(Stored items)

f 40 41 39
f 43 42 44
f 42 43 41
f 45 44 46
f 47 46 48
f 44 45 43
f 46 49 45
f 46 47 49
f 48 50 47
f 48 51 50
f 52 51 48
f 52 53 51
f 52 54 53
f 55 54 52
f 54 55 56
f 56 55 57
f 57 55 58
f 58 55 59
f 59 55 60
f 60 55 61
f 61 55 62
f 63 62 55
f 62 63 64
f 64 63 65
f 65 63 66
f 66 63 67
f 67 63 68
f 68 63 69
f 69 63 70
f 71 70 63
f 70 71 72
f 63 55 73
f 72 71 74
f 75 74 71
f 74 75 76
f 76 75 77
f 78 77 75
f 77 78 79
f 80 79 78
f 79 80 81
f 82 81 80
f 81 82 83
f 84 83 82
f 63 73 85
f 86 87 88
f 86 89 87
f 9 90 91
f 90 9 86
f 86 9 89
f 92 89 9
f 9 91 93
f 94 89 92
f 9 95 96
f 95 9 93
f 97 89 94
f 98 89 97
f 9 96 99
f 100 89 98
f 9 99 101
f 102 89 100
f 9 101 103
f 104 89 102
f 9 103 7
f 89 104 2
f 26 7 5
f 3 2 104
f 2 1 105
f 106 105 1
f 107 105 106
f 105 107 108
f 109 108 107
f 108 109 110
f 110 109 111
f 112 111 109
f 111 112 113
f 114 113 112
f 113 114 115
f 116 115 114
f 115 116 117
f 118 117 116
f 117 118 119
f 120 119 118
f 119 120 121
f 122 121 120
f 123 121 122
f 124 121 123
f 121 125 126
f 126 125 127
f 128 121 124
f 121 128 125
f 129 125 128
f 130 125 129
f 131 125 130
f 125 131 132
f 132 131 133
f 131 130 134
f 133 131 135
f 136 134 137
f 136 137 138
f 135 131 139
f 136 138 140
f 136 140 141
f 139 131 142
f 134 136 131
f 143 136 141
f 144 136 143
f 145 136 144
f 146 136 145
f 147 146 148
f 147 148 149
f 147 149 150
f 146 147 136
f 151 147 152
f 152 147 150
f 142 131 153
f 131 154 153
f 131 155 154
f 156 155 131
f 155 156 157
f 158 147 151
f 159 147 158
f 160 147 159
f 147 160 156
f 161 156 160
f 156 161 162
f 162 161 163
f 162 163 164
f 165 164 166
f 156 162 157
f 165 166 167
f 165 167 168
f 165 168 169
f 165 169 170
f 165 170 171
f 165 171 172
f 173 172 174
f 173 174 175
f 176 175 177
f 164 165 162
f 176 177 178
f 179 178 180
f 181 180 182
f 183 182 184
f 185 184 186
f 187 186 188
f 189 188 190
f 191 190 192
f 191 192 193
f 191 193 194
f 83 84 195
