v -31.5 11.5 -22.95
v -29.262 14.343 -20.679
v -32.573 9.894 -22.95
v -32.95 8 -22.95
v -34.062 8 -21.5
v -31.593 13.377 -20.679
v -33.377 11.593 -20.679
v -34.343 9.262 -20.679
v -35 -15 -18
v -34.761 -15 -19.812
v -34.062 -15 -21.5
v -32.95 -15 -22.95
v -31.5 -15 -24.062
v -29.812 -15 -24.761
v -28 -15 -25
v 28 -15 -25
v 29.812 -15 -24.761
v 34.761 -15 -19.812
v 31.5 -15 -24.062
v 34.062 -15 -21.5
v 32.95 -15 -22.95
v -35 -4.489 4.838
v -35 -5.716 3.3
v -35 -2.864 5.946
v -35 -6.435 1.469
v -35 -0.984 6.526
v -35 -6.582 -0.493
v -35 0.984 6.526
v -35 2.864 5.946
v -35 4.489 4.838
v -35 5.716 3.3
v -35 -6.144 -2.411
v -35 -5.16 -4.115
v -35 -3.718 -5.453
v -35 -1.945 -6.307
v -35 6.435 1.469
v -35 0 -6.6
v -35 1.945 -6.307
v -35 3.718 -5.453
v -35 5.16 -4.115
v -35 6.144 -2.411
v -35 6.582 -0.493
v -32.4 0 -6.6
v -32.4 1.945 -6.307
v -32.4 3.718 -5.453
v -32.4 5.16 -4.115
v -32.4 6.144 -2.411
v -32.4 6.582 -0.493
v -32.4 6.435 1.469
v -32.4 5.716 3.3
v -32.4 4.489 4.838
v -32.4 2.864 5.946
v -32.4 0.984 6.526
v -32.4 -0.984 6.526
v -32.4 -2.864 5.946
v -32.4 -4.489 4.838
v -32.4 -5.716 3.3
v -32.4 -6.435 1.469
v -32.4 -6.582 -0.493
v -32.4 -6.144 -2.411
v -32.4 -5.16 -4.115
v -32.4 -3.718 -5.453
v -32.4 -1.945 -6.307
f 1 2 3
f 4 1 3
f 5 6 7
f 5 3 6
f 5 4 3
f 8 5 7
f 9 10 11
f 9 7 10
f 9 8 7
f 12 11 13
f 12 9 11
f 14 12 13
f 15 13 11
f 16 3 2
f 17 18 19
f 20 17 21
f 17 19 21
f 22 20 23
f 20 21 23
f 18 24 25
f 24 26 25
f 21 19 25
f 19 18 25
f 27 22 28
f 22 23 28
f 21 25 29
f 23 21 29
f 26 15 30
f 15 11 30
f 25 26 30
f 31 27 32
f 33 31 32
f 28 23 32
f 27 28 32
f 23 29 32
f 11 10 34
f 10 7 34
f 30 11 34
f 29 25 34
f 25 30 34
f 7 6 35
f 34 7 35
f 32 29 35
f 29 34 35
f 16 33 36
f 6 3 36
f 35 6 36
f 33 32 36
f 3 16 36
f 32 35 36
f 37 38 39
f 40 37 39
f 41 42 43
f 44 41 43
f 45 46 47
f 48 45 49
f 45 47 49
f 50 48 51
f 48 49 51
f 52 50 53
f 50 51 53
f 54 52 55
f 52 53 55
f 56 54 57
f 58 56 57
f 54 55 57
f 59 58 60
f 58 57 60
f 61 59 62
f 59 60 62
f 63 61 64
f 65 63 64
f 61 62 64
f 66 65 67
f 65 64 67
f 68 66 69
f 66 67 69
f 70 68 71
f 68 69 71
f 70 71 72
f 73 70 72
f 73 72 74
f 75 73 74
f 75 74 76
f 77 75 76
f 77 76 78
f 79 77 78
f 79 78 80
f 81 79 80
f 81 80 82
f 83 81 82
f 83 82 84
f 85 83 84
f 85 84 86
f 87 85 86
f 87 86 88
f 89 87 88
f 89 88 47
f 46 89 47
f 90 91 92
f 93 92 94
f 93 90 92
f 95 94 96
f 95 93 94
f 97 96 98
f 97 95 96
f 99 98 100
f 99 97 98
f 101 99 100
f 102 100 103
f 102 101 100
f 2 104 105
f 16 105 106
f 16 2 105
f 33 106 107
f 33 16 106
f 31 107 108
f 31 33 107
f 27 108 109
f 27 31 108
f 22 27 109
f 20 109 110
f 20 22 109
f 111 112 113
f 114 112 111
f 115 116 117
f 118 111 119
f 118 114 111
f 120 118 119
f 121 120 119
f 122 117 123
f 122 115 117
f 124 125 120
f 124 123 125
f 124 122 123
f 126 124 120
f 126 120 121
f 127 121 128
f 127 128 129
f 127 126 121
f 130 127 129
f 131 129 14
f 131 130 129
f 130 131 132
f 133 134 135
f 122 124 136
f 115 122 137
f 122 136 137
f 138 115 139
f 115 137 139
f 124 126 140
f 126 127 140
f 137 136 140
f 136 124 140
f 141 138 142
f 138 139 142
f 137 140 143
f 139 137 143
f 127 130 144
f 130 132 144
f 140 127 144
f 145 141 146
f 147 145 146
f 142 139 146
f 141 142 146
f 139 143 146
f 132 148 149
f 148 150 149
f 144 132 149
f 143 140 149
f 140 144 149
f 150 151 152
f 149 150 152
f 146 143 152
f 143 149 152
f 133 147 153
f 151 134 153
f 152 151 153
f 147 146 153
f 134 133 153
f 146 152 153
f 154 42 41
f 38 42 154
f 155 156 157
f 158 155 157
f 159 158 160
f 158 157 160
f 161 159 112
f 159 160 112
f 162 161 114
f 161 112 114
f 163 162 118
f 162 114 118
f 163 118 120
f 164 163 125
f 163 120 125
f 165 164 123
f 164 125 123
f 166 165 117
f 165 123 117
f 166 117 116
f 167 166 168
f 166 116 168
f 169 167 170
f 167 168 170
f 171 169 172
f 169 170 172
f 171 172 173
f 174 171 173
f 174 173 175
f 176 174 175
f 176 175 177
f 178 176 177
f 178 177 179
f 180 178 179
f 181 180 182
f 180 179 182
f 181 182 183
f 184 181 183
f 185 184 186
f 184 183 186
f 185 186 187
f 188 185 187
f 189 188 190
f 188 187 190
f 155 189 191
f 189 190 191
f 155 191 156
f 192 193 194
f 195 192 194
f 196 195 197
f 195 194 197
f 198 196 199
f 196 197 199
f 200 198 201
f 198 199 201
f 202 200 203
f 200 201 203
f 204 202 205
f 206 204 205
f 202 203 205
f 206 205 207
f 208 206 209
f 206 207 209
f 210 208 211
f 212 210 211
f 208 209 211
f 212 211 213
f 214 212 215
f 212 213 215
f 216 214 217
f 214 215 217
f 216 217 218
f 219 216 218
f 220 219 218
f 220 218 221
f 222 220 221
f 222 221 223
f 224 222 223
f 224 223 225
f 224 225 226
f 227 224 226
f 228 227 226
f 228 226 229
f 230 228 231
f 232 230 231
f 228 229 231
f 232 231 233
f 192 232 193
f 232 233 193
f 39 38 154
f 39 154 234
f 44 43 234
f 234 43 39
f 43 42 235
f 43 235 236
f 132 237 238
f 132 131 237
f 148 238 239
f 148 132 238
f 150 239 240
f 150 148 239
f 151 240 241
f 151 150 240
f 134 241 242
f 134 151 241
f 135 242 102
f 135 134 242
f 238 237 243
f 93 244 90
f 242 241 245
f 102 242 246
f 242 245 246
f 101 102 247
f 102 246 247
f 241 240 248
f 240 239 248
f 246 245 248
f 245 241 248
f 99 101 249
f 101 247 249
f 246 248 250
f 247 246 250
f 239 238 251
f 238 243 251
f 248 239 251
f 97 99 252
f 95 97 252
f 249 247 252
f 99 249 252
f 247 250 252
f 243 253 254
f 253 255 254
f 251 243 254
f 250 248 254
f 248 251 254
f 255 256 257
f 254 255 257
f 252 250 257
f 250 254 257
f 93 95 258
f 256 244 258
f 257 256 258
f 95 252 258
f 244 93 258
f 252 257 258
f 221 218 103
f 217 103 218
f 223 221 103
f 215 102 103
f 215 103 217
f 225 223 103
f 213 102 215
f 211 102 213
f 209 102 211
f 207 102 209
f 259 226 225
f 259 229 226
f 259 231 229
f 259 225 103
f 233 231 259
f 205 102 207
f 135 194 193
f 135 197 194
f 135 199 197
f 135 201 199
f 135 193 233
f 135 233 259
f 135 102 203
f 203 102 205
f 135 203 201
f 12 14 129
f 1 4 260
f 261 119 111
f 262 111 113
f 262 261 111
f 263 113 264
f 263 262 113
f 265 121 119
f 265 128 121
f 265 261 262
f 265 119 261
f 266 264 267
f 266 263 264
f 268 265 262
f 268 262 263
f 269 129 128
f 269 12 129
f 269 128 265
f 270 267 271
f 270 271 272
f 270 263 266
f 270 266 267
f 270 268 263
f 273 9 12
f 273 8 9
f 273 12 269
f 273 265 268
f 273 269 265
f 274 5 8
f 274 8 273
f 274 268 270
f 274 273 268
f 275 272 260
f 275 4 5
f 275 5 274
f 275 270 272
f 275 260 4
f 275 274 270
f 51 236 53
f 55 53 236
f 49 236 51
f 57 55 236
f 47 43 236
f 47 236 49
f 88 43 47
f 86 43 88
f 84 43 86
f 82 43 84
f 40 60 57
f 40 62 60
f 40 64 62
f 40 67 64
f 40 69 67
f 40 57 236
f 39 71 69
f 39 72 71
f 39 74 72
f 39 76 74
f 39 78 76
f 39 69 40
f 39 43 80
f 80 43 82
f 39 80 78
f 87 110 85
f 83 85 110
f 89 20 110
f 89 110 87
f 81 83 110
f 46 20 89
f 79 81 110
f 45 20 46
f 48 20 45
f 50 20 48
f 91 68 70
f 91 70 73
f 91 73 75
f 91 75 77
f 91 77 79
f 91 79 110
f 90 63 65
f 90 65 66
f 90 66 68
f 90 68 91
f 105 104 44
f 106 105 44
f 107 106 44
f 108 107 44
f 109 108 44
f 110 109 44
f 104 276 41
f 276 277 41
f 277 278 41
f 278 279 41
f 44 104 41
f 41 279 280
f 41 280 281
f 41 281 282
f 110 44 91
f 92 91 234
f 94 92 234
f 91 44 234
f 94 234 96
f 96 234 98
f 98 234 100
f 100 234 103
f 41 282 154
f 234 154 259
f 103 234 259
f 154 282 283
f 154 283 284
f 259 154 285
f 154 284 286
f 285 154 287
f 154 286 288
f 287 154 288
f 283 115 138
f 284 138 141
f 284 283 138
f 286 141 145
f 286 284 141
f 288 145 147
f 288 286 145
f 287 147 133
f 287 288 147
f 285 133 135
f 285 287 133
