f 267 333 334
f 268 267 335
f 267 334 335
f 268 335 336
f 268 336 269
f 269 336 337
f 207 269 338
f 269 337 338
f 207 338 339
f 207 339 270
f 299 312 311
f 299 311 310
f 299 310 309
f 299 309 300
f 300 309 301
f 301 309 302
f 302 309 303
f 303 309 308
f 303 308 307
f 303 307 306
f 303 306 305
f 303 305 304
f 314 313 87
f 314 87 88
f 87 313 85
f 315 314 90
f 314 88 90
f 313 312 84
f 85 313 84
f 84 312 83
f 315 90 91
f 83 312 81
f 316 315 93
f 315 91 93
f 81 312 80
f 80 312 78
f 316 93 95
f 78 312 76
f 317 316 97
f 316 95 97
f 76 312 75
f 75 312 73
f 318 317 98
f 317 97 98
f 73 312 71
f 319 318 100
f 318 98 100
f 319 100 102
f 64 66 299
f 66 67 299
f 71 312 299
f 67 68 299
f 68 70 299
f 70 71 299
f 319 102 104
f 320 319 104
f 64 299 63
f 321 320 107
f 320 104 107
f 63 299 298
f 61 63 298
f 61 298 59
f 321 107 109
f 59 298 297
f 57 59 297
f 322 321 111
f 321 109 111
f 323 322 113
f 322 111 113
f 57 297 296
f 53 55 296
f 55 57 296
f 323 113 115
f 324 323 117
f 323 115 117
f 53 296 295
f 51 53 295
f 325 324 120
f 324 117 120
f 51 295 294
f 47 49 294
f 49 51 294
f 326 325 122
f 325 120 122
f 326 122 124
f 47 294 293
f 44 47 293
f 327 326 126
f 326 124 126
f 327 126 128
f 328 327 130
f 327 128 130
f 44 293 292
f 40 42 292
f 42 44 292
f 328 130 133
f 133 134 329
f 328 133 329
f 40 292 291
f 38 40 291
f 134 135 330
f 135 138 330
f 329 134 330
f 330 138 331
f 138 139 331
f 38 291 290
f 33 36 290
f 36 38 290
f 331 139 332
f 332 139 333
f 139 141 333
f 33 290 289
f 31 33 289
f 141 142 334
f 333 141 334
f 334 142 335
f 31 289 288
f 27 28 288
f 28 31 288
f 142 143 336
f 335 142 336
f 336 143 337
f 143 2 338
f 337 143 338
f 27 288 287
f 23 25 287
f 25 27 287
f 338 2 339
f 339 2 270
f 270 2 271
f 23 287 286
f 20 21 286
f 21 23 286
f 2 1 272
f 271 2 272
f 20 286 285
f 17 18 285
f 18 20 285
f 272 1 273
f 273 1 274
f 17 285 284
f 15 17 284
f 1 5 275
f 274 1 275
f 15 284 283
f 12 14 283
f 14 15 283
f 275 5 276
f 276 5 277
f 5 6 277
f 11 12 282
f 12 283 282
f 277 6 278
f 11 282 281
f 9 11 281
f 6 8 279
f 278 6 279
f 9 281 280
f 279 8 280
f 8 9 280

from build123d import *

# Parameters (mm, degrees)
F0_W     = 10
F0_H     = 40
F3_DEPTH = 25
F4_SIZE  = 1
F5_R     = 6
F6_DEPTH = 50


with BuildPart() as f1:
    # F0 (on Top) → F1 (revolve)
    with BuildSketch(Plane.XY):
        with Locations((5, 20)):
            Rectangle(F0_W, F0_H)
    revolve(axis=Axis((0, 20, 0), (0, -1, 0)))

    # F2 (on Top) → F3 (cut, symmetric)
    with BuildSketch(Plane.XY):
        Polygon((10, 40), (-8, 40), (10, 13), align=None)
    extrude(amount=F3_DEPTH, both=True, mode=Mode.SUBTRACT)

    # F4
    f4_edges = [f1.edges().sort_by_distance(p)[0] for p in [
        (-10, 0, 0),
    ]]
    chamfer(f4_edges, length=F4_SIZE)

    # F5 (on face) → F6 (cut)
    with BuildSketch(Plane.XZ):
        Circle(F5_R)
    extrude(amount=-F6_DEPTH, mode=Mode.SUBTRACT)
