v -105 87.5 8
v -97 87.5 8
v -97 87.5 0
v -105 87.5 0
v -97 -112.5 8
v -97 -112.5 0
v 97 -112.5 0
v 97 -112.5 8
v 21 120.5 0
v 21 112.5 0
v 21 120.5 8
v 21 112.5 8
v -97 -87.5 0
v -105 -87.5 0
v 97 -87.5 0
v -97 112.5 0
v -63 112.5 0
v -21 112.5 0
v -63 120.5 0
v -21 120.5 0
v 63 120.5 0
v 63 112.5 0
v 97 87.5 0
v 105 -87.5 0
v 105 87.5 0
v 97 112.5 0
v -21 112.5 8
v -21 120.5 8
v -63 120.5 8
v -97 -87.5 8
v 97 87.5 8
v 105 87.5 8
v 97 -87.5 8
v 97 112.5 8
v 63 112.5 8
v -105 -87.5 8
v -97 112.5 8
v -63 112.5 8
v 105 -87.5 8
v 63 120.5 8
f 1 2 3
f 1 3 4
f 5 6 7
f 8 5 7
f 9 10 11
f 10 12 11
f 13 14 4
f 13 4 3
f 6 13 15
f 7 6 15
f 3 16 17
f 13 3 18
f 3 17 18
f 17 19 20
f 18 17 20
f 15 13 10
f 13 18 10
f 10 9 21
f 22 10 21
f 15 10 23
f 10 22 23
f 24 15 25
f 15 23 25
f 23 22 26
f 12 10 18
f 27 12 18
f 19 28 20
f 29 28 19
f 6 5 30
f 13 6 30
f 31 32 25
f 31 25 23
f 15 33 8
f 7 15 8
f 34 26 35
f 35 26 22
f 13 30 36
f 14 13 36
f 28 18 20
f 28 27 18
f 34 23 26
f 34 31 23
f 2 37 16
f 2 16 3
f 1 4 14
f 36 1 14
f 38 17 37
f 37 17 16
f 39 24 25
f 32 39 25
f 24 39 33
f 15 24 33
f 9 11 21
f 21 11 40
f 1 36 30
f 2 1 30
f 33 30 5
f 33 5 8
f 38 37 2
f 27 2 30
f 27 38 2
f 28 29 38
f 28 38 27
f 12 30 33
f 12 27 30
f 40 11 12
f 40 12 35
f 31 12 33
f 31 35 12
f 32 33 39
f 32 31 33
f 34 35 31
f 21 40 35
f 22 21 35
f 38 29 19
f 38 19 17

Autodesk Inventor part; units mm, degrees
ref_plane "YZ Plane" through (0, 0, 0) normal (1, 0, 0) x (0, 1, 0)
ref_plane "XZ Plane" through (0, 0, 0) normal (0, 1, 0) x (-1, 0, 0)
ref_plane "XY Plane" through (0, 0, 0) normal (0, 0, 1) x (1, 0, 0)
sketch "Sketch2" plane through (0, 0, 0) normal (0, 0, 1) x (1, 0, 0)
  line L0 (-105, -112.5) -> (105, -112.5)
  line L1 (105, -112.5) -> (105, 112.5)
  line L2 (105, 112.5) -> (-105, 112.5)
  line L3 (-105, 112.5) -> (-105, -112.5)
  line L4 (-105, -112.5) -> (105, 112.5) construction
  line L5 (105, -112.5) -> (-105, 112.5) construction
  point P0 (0, 0)
  dimension "d11" = 225
  dimension "d12" = 210
extrude "Extrusion2" add sketch "Sketch2" along normal blind 8
sketch "Sketch3" plane through (0, 0, 8) normal (0, 0, 1) x (1, 0, 0)
  line L0 (105, 112.5) -> (-105, 112.5) projected
  line L1 (-63, 112.5) -> (-21, 112.5)
  line L2 (-21, 112.5) -> (-21, 120.5)
  line L3 (-21, 120.5) -> (-63, 120.5)
  line L4 (-63, 120.5) -> (-63, 112.5)
  line L5 (63, 112.5) -> (21, 112.5)
  line L6 (21, 112.5) -> (21, 120.5)
  line L7 (21, 120.5) -> (63, 120.5)
  line L8 (63, 120.5) -> (63, 112.5)
  line L9 (-21, 120.5) -> (21, 120.5) construction
  line L10 (63, 120.5) -> (105, 120.5) construction
  line L11 (-63, 120.5) -> (-105, 120.5) construction
  point P0 (0, 0)
  dimension "d15" = 8
extrude "Extrusion3" add sketch "Sketch3" against normal blind 8
sketch "Sketch4" plane through (0, 0, 8) normal (0, 0, 1) x (1, 0, 0)
  line L0 (-105, 112.5) -> (-105, -112.5) projected
  line L1 (-105, -112.5) -> (-97, -112.5)
  line L2 (-97, -112.5) -> (-97, -87.5)
  line L3 (-97, -87.5) -> (-105, -87.5)
  line L4 (-105, -87.5) -> (-105, -112.5)
  line L5 (-105, 112.5) -> (-97, 112.5)
  line L6 (-97, 112.5) -> (-97, 87.5)
  line L7 (-97, 87.5) -> (-105, 87.5)
  line L8 (-105, 87.5) -> (-105, 112.5)
  line L9 (-97, -87.5) -> (-97, 87.5) construction
  point P0 (0, 0)
  dimension "d21" = 8
  dimension "d22" = 25
extrude "Extrusion4" cut sketch "Sketch4" against normal blind 8
mirror "Mirror2" about plane through (0, 0, 0) normal (1, 0, 0) of "Extrusion4"
properties part number "M06 - Wall Side 1" material "Polycarbonate, Clear"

### TASK
Please copy every line in the entries where "Mode" appears.

### SOLUTION FOR THIS EXERCISE
    extrude(amount=F3_DEPTH, both=True, mode=Mode.SUBTRACT)
    extrude(amount=-F6_DEPTH, mode=Mode.SUBTRACT)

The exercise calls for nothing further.